What is required:
Find "#60=ADVANCED_FACE('',(#54,#57),#59,.T.);" and "A parametric FreeCAD" in the records below. Copy the lines holding them and every line between, exactly, and no others.

Stored data:

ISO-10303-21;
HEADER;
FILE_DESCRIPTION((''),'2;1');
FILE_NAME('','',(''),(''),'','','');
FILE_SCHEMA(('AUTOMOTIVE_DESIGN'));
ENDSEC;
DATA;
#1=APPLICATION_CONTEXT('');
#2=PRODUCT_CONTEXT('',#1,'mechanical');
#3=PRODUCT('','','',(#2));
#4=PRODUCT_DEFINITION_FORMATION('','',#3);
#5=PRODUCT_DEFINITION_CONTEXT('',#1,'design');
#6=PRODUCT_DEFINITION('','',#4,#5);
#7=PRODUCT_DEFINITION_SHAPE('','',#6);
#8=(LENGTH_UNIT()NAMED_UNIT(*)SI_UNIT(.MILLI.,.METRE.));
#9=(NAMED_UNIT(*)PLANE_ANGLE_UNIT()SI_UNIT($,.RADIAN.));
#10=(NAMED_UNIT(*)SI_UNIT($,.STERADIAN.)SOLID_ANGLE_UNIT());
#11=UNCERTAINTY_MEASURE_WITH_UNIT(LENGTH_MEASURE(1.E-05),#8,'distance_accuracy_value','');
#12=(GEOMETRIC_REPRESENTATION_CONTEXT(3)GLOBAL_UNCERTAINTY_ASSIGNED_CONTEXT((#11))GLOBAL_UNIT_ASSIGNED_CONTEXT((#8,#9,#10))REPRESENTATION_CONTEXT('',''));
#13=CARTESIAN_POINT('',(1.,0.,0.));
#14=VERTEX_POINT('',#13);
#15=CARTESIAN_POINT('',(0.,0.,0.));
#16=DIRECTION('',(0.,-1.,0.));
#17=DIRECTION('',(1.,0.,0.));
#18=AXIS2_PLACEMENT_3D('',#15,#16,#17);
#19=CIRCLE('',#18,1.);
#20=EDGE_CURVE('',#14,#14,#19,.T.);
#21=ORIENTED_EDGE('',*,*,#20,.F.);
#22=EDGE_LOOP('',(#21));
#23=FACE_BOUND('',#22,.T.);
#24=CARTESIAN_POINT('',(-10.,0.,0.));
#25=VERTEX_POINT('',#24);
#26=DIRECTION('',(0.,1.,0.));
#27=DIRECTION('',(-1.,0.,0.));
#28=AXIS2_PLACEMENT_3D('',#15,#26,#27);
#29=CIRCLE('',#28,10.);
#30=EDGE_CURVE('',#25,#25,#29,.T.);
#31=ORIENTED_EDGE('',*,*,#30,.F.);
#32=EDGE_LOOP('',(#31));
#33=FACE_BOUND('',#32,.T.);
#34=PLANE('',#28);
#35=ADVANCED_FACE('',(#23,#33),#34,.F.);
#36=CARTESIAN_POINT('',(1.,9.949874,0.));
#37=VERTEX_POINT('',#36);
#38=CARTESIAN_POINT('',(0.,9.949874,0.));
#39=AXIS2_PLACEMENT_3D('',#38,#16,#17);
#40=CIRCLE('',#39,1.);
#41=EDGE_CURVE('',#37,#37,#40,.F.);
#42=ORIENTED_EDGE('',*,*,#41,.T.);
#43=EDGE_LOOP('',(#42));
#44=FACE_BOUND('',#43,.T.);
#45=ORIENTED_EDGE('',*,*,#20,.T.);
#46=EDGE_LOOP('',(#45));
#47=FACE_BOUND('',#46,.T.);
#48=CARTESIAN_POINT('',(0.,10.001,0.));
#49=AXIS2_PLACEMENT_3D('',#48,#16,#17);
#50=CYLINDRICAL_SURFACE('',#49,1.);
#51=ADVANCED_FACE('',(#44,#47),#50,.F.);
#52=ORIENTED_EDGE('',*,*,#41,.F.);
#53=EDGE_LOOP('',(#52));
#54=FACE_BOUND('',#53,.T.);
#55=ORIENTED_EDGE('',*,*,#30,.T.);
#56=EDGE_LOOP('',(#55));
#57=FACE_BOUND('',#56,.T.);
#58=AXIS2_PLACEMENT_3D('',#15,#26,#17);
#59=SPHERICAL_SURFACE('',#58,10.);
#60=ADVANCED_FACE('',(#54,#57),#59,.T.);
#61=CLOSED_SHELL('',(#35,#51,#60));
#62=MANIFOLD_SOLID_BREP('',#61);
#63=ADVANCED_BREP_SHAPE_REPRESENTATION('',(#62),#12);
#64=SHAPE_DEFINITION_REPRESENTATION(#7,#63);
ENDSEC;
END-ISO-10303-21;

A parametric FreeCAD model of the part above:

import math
import FreeCAD as App
import Part
import Sketcher
from FreeCAD import Vector
Q = App.Units.Quantity

doc = App.newDocument("Part")
params = doc.addObject("Spreadsheet::Sheet", "Params")
for row, (alias, value) in enumerate([
    ("sketch1_radius", "10 mm"),
    ("revolution_angle", "360 deg"),
    ("sketch2_diameter", "2 mm"),
], start=1):
    params.set(f"A{row}", alias)
    params.set(f"B{row}", "=" + value)
    params.setAlias(f"B{row}", alias)

body = doc.addObject("PartDesign::Body", "Body")

# Sketch on XY plane
sketch1 = body.newObject("Sketcher::SketchObject", "Sketch")
sketch1.AttachmentSupport = (doc.getObject("XY_Plane"), [""])
sketch1.MapMode = "FlatFace"
sketch1.addGeometry([
    Part.LineSegment(Vector(0, 0, 0), Vector(10, 0, 0)),
    Part.ArcOfCircle(Part.Circle(Vector(0, 0, 0), Vector(0, 0, 1), 10), math.radians(0), math.radians(90)),
    Part.LineSegment(Vector(0, 10, 0), Vector(0, 0, 0)),
], False)
sketch1.addConstraint([
    Sketcher.Constraint("Coincident", 0, 2, 1, 1),
    Sketcher.Constraint("Coincident", 1, 2, 2, 1),
    Sketcher.Constraint("Coincident", 2, 2, 0, 1),
    Sketcher.Constraint("Horizontal", 0),
    Sketcher.Constraint("Vertical", 2),
    Sketcher.Constraint("Coincident", 1, 3, -1, 1),
    Sketcher.Constraint("Coincident", 2, 2, -1, 1),
    Sketcher.Constraint("Radius", 1, Q("10 mm")),
])
sketch1.setExpression("Constraints[7]", "Params.sketch1_radius")
revolution = body.newObject("PartDesign::Revolution", "Revolution")
revolution.Profile = sketch1
revolution.ReferenceAxis = (sketch1, ["V_Axis"])
revolution.setExpression("Angle", "Params.revolution_angle")

# Sketch on XZ plane
sketch2 = body.newObject("Sketcher::SketchObject", "Sketch001")
sketch2.AttachmentSupport = (doc.getObject("XZ_Plane"), [""])
sketch2.MapMode = "FlatFace"
sketch2.addGeometry(Part.Circle(Vector(0, 0, 0), Vector(0, 0, 1), 1), False)
sketch2.addConstraint([
    Sketcher.Constraint("Coincident", 0, 3, -1, 1),
    Sketcher.Constraint("Diameter", 0, Q("2 mm")),
])
sketch2.setExpression("Constraints[1]", "Params.sketch2_diameter")
pocket1 = body.newObject("PartDesign::Pocket", "Pocket")
pocket1.Profile = sketch2
pocket1.Type = "UpToFirst"

doc.recompute()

Solution:
#60=ADVANCED_FACE('',(#54,#57),#59,.T.);
#61=CLOSED_SHELL('',(#35,#51,#60));
#62=MANIFOLD_SOLID_BREP('',#61);
#63=ADVANCED_BREP_SHAPE_REPRESENTATION('',(#62),#12);
#64=SHAPE_DEFINITION_REPRESENTATION(#7,#63);
ENDSEC;
END-ISO-10303-21;

A parametric FreeCAD model of the part above:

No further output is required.